How to get source and destination port with tshark regardless of protocol?

Question

I am trying to get some fields from a packet, e.g. the destination ip = ip.dst; however I am not sure what is the id for source and destination ports. From what I have seen, they seem to be protocol specific, that is for udp = udp.destport; however I would like to know if there is a way to pick up the ports regardless of protocol. Below is an example of what I have tried:

-n -T fields -E separator=, -e frame.time -e ip.src -e ip.dst -e ip.proto -e tcp.port -e ip.len -e tcp.flags.push'

---Blessings.

Answer 1

Probably the easiest way to find out what a field is called is to open a capture file in Wireshark that you know contains the field of interest, then expand the Packet Details until you find the field you're interested in, and finally select the field.

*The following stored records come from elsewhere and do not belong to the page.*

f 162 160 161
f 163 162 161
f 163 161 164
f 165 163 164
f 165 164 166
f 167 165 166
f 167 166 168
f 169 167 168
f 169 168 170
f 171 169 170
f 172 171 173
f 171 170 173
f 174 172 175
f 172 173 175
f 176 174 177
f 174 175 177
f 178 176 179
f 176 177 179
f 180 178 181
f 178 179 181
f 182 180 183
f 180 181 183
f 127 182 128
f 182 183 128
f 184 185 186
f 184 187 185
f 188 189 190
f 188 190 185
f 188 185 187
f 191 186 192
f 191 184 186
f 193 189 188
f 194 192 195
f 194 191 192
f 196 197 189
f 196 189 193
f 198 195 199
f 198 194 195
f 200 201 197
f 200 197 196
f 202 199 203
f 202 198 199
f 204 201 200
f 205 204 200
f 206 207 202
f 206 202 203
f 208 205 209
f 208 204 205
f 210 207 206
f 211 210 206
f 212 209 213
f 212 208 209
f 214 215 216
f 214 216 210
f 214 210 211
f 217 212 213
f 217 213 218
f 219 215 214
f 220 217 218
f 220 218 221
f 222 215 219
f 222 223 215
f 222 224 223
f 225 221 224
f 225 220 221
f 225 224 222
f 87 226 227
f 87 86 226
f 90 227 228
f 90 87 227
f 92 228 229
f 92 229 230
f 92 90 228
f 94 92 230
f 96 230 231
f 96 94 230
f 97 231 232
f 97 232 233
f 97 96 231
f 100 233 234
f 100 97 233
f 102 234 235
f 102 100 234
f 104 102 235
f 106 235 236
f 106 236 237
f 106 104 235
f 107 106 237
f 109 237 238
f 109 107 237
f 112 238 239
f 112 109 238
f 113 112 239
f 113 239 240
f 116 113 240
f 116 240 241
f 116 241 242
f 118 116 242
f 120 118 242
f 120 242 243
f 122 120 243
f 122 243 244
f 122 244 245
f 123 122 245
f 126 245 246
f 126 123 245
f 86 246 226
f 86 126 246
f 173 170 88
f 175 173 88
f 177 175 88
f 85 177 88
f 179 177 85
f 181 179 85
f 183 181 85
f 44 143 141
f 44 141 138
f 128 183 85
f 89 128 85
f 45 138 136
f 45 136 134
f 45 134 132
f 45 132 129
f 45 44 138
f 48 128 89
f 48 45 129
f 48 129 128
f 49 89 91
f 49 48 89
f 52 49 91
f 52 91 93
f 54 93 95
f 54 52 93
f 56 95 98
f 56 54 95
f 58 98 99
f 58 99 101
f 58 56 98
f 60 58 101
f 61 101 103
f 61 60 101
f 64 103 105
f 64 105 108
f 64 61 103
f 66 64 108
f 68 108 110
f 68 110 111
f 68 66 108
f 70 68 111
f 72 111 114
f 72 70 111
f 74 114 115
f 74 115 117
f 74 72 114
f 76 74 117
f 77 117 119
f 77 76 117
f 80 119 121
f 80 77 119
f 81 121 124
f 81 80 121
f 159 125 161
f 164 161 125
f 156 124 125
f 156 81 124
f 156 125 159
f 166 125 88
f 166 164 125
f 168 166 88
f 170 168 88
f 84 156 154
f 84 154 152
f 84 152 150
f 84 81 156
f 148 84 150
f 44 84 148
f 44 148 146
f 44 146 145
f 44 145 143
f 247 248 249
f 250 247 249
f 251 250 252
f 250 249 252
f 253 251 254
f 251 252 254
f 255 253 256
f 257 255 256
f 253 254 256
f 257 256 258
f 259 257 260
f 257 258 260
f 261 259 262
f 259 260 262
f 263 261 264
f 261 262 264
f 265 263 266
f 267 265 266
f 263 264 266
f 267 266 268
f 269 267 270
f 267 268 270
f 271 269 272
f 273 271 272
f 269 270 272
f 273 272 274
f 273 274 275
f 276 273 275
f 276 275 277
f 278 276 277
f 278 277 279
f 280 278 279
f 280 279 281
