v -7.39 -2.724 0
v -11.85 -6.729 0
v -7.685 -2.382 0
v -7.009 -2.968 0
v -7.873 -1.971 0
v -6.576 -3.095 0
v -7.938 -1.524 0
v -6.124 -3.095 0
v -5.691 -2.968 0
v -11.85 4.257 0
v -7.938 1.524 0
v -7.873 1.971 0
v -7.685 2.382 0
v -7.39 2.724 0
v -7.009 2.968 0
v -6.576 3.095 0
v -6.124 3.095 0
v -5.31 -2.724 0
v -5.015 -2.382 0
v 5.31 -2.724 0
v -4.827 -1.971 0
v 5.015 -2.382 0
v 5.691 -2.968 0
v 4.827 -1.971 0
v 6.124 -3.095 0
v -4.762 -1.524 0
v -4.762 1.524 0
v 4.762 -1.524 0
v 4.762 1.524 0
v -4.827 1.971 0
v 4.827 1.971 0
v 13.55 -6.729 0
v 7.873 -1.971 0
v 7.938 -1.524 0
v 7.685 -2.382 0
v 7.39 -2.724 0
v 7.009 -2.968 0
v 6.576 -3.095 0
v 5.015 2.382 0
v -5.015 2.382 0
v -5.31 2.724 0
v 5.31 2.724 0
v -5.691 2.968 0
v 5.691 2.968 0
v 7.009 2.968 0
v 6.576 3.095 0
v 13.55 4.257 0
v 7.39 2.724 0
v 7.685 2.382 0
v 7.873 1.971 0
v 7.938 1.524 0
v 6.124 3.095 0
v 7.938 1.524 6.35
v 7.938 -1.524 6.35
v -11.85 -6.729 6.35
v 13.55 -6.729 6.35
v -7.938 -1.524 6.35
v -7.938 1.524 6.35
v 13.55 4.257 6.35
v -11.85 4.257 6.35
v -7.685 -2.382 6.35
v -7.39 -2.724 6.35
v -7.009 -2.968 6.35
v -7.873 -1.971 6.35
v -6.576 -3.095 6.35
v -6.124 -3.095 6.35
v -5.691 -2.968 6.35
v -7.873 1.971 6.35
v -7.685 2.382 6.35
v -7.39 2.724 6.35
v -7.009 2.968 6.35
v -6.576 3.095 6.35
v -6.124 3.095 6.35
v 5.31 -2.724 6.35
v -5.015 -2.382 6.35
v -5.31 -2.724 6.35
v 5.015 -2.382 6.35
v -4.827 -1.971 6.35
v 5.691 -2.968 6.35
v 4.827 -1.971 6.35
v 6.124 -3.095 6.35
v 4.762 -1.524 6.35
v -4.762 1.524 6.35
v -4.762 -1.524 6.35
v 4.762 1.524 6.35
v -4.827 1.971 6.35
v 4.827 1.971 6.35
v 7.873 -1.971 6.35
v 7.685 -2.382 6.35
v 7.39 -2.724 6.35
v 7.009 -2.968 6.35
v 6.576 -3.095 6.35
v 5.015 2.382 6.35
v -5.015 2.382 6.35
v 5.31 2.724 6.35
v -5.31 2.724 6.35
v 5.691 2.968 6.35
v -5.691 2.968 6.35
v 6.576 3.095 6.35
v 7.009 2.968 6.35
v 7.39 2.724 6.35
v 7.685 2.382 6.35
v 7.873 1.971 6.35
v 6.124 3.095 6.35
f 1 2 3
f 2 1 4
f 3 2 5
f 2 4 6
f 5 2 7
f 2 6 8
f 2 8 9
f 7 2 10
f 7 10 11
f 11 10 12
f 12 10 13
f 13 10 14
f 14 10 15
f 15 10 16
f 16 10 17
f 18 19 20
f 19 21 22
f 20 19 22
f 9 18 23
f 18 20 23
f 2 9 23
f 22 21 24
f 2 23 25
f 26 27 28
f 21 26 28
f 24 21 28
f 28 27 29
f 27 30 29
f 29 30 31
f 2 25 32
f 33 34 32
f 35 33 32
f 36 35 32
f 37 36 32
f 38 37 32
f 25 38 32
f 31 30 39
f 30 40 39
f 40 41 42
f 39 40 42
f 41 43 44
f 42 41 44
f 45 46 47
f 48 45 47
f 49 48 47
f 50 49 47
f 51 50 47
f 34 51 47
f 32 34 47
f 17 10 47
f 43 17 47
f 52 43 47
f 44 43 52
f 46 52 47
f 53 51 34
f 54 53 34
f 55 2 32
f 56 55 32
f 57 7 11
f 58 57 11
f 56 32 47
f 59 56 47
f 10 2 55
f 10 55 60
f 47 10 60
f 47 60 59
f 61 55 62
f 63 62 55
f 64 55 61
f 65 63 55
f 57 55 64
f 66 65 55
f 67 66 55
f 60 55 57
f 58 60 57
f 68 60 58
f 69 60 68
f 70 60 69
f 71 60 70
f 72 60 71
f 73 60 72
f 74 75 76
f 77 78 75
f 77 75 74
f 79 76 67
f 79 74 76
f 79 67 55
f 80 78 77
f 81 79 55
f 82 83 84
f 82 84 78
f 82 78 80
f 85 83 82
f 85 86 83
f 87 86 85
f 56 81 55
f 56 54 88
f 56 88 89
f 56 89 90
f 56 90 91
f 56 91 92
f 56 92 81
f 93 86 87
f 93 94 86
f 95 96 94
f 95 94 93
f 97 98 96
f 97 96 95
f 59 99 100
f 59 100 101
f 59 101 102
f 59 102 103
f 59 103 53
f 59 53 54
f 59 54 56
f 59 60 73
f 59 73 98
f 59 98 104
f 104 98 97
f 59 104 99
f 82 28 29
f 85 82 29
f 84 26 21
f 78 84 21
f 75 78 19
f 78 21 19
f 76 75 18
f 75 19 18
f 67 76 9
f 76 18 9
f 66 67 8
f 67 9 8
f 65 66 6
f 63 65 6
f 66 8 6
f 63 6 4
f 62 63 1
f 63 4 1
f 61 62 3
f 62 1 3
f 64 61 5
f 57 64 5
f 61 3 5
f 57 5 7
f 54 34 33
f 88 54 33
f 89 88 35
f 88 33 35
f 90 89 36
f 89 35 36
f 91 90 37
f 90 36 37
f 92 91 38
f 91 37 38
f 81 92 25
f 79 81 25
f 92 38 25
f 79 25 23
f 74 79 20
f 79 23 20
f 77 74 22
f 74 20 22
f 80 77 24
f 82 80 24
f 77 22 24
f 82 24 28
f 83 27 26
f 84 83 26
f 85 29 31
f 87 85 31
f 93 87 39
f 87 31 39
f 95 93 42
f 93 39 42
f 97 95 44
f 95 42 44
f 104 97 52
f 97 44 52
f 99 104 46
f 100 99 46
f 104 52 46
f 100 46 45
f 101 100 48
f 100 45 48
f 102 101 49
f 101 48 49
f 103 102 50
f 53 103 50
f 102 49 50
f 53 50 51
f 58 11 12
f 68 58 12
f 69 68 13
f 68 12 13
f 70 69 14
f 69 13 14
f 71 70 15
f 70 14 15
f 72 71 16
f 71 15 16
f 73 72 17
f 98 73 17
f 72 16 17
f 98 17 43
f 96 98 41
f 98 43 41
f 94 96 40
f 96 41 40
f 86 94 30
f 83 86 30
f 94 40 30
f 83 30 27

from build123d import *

# Parameters (mm, degrees)
F0_W     = 25.4
F0_H     = 10.9855
F1_DEPTH = 6.35


with BuildPart() as f1:
    # F0 (on Top) → F1 (new body)
    with BuildSketch(Plane.XY):
        with Locations((0.85008, -1.236201)):
            Rectangle(F0_W, F0_H)
        with BuildLine():
            Line((-4.7625, 1.524), (-4.7625, 0))
            Line((-4.7625, 0), (-4.7625, -1.524))
            ThreePointArc((-4.7625, -1.524), (-6.35, -3.1115), (-7.9375, -1.524))
            Line((-7.9375, -1.524), (-7.9375, 0))
            Line((-7.9375, 0), (-7.9375, 1.524))
            ThreePointArc((-7.9375, 1.524), (-6.35, 3.1115), (-4.7625, 1.524))
        make_face(mode=Mode.SUBTRACT)
        with BuildLine():
            Line((7.9375, 1.524), (7.9375, 0))
            Line((7.9375, 0), (7.9375, -1.524))
            ThreePointArc((7.9375, -1.524), (6.35, -3.1115), (4.7625, -1.524))
            Line((4.7625, -1.524), (4.7625, 0))
            Line((4.7625, 0), (4.7625, 1.524))
            ThreePointArc((4.7625, 1.524), (6.35, 3.1115), (7.9375, 1.524))
        make_face(mode=Mode.SUBTRACT)
    extrude(amount=F1_DEPTH)


solid = f1.part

The field name will be displayed for you in the status bar at the bottom.

You can also search for fields using the online Wireshark Display Filter Reference.

Regarding the ports, they are unique per protocol, so if you want to see TCP source and destination ports, you will have to specifically filter for tcp.srcport and tcp.dstport, and if you want to see UDP source and destination ports, then you will have to specifically filter for udp.srcport and udp.dstport.

To avoid blank UDP port columns for TCP traffic or blank TCP port columns for UDP traffic, you can run the command twice to focus only on TCP traffic first and then only on UDP traffic next. For example:

TCP:

tshark -Y "tcp" -T fields -e tcp.srcport -e tcp.dstport

UDP:

tshark -Y "udp" -T fields -e udp.srcport -e udp.dstport

(I omitted all other tshark options to focus on only the options I was trying to illustrate.)